● **YOUR ASSIGNMENT**
Using the entries below, write out the line with "e62 v32 v49 LINE", the line with "v53 (-78.74,55.88,0)", and every line in between, exactly as each is written.

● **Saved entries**
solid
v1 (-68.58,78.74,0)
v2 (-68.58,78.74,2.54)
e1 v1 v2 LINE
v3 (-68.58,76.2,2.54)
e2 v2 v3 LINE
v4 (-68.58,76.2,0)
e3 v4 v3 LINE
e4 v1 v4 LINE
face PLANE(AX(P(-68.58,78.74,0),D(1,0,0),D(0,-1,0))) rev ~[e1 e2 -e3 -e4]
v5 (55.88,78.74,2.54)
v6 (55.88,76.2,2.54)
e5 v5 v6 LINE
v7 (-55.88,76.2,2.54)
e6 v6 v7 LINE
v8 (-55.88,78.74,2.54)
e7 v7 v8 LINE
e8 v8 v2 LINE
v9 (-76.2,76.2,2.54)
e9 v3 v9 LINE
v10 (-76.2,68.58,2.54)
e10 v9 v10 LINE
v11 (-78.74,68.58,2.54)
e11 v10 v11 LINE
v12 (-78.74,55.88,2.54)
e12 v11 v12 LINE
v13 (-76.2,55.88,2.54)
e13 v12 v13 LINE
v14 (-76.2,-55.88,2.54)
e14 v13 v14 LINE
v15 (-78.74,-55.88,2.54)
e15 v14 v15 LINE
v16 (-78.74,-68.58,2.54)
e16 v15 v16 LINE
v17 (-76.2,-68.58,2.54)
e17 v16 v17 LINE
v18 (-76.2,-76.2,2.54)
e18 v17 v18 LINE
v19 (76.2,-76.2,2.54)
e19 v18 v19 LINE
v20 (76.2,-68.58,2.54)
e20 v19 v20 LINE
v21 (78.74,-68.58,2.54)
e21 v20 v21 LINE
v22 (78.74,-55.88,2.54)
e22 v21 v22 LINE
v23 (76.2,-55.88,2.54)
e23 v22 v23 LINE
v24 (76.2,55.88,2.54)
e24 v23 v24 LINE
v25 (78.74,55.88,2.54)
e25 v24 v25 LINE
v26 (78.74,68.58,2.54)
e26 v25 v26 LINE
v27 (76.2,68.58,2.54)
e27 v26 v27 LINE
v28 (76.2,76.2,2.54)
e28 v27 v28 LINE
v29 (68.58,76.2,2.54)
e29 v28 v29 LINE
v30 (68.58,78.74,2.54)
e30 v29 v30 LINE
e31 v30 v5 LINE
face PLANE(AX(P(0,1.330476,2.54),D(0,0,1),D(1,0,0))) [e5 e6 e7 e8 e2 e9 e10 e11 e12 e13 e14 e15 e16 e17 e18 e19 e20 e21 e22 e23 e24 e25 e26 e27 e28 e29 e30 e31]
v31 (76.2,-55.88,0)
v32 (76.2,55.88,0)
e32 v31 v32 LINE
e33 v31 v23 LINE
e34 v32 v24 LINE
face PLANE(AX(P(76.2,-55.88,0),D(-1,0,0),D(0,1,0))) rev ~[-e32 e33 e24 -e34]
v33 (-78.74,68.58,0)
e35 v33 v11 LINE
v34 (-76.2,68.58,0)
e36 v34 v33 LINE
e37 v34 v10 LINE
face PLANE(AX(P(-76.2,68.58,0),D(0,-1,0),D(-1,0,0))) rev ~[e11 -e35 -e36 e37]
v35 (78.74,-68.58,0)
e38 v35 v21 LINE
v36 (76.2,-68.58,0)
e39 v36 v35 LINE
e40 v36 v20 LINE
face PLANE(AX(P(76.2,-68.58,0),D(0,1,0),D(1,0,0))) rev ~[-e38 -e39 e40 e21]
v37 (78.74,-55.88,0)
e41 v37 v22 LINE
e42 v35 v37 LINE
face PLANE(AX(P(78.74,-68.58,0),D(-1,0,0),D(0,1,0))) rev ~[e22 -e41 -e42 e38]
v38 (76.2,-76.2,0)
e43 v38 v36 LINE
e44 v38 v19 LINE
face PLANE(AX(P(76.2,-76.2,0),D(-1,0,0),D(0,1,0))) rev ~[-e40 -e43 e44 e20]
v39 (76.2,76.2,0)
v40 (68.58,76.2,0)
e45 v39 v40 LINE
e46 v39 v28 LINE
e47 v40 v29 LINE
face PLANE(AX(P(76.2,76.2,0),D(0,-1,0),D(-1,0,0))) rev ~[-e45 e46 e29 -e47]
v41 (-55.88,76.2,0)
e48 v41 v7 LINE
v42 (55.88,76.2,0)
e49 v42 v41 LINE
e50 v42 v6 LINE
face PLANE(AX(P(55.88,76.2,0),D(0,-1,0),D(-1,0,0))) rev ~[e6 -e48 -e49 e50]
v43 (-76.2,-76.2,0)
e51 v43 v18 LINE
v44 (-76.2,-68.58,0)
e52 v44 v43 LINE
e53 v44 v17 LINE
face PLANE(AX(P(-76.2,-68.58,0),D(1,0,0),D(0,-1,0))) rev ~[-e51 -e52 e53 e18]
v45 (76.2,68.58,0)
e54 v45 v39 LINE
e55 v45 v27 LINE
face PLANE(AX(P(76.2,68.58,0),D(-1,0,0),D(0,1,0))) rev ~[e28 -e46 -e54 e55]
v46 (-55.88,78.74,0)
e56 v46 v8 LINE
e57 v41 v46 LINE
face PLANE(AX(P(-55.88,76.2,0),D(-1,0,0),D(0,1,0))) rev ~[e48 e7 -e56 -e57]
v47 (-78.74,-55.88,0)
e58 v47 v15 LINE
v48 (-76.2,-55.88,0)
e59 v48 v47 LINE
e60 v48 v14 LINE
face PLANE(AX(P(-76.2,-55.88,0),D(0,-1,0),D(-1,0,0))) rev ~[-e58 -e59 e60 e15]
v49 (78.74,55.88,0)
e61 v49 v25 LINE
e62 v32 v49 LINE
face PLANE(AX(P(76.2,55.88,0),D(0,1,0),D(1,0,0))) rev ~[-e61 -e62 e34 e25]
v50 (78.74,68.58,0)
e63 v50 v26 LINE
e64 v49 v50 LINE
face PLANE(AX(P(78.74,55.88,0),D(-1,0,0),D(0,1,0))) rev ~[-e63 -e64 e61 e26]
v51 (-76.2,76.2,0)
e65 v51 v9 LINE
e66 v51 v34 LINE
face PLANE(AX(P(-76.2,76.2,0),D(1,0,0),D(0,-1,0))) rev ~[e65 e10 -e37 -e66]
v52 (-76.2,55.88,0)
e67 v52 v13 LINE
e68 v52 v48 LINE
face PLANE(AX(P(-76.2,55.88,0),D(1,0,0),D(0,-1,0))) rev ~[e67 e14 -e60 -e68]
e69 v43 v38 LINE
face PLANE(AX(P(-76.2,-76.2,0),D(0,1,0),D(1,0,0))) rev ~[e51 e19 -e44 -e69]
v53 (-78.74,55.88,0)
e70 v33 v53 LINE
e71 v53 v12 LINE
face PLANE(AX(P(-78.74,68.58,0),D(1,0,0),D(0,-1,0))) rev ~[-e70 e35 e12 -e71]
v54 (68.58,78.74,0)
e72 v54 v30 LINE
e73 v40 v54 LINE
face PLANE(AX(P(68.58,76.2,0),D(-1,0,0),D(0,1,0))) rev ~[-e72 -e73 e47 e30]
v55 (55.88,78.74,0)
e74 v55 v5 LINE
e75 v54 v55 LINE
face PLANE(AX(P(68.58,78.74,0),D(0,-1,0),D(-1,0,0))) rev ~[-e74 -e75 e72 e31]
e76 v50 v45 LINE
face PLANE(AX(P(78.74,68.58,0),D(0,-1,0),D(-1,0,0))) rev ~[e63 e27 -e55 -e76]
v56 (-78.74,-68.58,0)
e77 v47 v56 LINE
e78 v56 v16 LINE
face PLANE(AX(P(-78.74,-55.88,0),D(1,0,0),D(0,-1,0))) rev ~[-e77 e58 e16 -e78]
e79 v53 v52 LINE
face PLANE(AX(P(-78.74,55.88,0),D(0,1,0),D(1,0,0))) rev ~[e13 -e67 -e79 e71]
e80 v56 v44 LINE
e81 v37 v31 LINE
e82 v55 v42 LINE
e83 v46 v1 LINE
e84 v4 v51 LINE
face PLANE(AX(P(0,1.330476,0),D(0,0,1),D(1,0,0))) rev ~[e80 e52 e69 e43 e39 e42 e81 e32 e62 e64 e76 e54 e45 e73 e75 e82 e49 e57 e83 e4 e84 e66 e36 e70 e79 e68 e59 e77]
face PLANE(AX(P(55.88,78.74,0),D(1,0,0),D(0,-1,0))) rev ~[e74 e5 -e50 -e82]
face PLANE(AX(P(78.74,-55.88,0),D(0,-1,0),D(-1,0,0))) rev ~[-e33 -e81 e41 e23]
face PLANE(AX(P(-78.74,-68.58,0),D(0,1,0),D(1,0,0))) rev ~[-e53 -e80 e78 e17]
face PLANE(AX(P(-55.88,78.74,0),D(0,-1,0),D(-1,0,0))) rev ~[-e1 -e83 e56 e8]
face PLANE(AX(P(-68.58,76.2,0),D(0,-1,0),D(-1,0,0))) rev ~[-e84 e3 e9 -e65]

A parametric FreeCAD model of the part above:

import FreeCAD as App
import Part
import Sketcher
from FreeCAD import Vector
Q = App.Units.Quantity


def add_polygon(sketch, points):
    """Adds a closed chain of lines whose ends are joined by coincident constraints."""
    first, n = sketch.GeometryCount, len(points)
    for a, b in zip(points, points[1:] + points[:1]):
        sketch.addGeometry(Part.LineSegment(App.Vector(*a, 0), App.Vector(*b, 0)), False)
    for i in range(n):
        sketch.addConstraint(Sketcher.Constraint("Coincident", first + i, 2, first + (i + 1) % n, 1))

doc = App.newDocument("Part")
body = doc.addObject("PartDesign::Body", "Body")

# Sketch on XY plane
sketch1 = body.newObject("Sketcher::SketchObject", "Sketch")
sketch1.AttachmentSupport = (doc.getObject("XY_Plane"), [""])
sketch1.MapMode = "FlatFace"
add_polygon(sketch1, [(-76.2, -76.2), (76.2, -76.2), (76.2, -68.6), (78.7, -68.6), (78.7, -55.9), (76.2, -55.9), (76.2, 55.9), (78.7, 55.9), (78.7, 68.6), (76.2, 68.6), (76.2, 76.2), (68.6, 76.2), (68.6, 78.7), (55.9, 78.7), (55.9, 76.2), (-55.9, 76.2), (-55.9, 78.7), (-68.6, 78.7), (-68.6, 76.2), (-76.2, 76.2), (-76.2, 68.6), (-78.7, 68.6), (-78.7, 55.9), (-76.2, 55.9), (-76.2, -55.9), (-78.7, -55.9), (-78.7, -68.6), (-76.2, -68.6)])  # lines 0-27
sketch1.addConstraint([
    Sketcher.Constraint("Horizontal", 0),
    Sketcher.Constraint("Vertical", 1),
    Sketcher.Constraint("Horizontal", 2),
    Sketcher.Constraint("Vertical", 3),
    Sketcher.Constraint("Horizontal", 4),
    Sketcher.Constraint("Vertical", 5),
    Sketcher.Constraint("Horizontal", 6),
    Sketcher.Constraint("Vertical", 7),
    Sketcher.Constraint("Horizontal", 8),
    Sketcher.Constraint("Vertical", 9),
    Sketcher.Constraint("Horizontal", 10),
    Sketcher.Constraint("Vertical", 11),
    Sketcher.Constraint("Horizontal", 12),
    Sketcher.Constraint("Vertical", 13),
    Sketcher.Constraint("Horizontal", 14),
    Sketcher.Constraint("Vertical", 15),
    Sketcher.Constraint("Horizontal", 16),
    Sketcher.Constraint("Vertical", 17),
    Sketcher.Constraint("Horizontal", 18),
    Sketcher.Constraint("Vertical", 19),
    Sketcher.Constraint("Horizontal", 20),
    Sketcher.Constraint("Vertical", 21),
    Sketcher.Constraint("Horizontal", 22),
    Sketcher.Constraint("Vertical", 23),
    Sketcher.Constraint("Horizontal", 24),
    Sketcher.Constraint("Vertical", 25),
    Sketcher.Constraint("Horizontal", 26),
    Sketcher.Constraint("Vertical", 27),
    Sketcher.Constraint("Symmetric", 0, 2, 18, 2, -1, 1),
    Sketcher.Constraint("Symmetric", 2, 2, 20, 2, -1, 1),
    Sketcher.Constraint("Symmetric", 4, 2, 22, 2, -1, 1),
    Sketcher.Constraint("Symmetric", 6, 2, 24, 2, -1, 1),
    Sketcher.Constraint("Symmetric", 8, 2, 26, 2, -1, 1),
    Sketcher.Constraint("Symmetric", 12, 2, 15, 2, -2),
    Sketcher.Constraint("Symmetric", 10, 2, 17, 2, -2),
    Sketcher.Constraint("Symmetric", 8, 2, 19, 2, -2),
    Sketcher.Constraint("Symmetric", 6, 2, 21, 2, -2),
    Sketcher.Constraint("Horizontal", 10, 2, 13, 2),
    Sketcher.Constraint("Vertical", 1, 2, 4, 2),
    Sketcher.Constraint("Equal", 18, 1),
    Sketcher.Constraint("Equal", 16, 3),
    Sketcher.Constraint("Equal", 14, 5),
    Sketcher.Constraint("Equal", 26, 11),
    Sketcher.Constraint("DistanceX", 0, 1, 0, 2, Q("6 in")),
    Sketcher.Constraint("DistanceX", 2, 1, 2, 2, Q("0.1 in")),
    Sketcher.Constraint("DistanceX", 10, 2, 10, 1, Q("0.3 in")),
    Sketcher.Constraint("DistanceX", 12, 2, 12, 1, Q("0.5 in")),
])
pad1 = body.newObject("PartDesign::Pad", "Pad")
pad1.Profile = sketch1
pad1.Length = Q("0.1 in")

doc.recompute()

● **OUTPUT OF THE EXERCISE**
e62 v32 v49 LINE
face PLANE(AX(P(76.2,55.88,0),D(0,1,0),D(1,0,0))) rev ~[-e61 -e62 e34 e25]
v50 (78.74,68.58,0)
e63 v50 v26 LINE
e64 v49 v50 LINE
face PLANE(AX(P(78.74,55.88,0),D(-1,0,0),D(0,1,0))) rev ~[-e63 -e64 e61 e26]
v51 (-76.2,76.2,0)
e65 v51 v9 LINE
e66 v51 v34 LINE
face PLANE(AX(P(-76.2,76.2,0),D(1,0,0),D(0,-1,0))) rev ~[e65 e10 -e37 -e66]
v52 (-76.2,55.88,0)
e67 v52 v13 LINE
e68 v52 v48 LINE
face PLANE(AX(P(-76.2,55.88,0),D(1,0,0),D(0,-1,0))) rev ~[e67 e14 -e60 -e68]
e69 v43 v38 LINE
face PLANE(AX(P(-76.2,-76.2,0),D(0,1,0),D(1,0,0))) rev ~[e51 e19 -e44 -e69]
v53 (-78.74,55.88,0)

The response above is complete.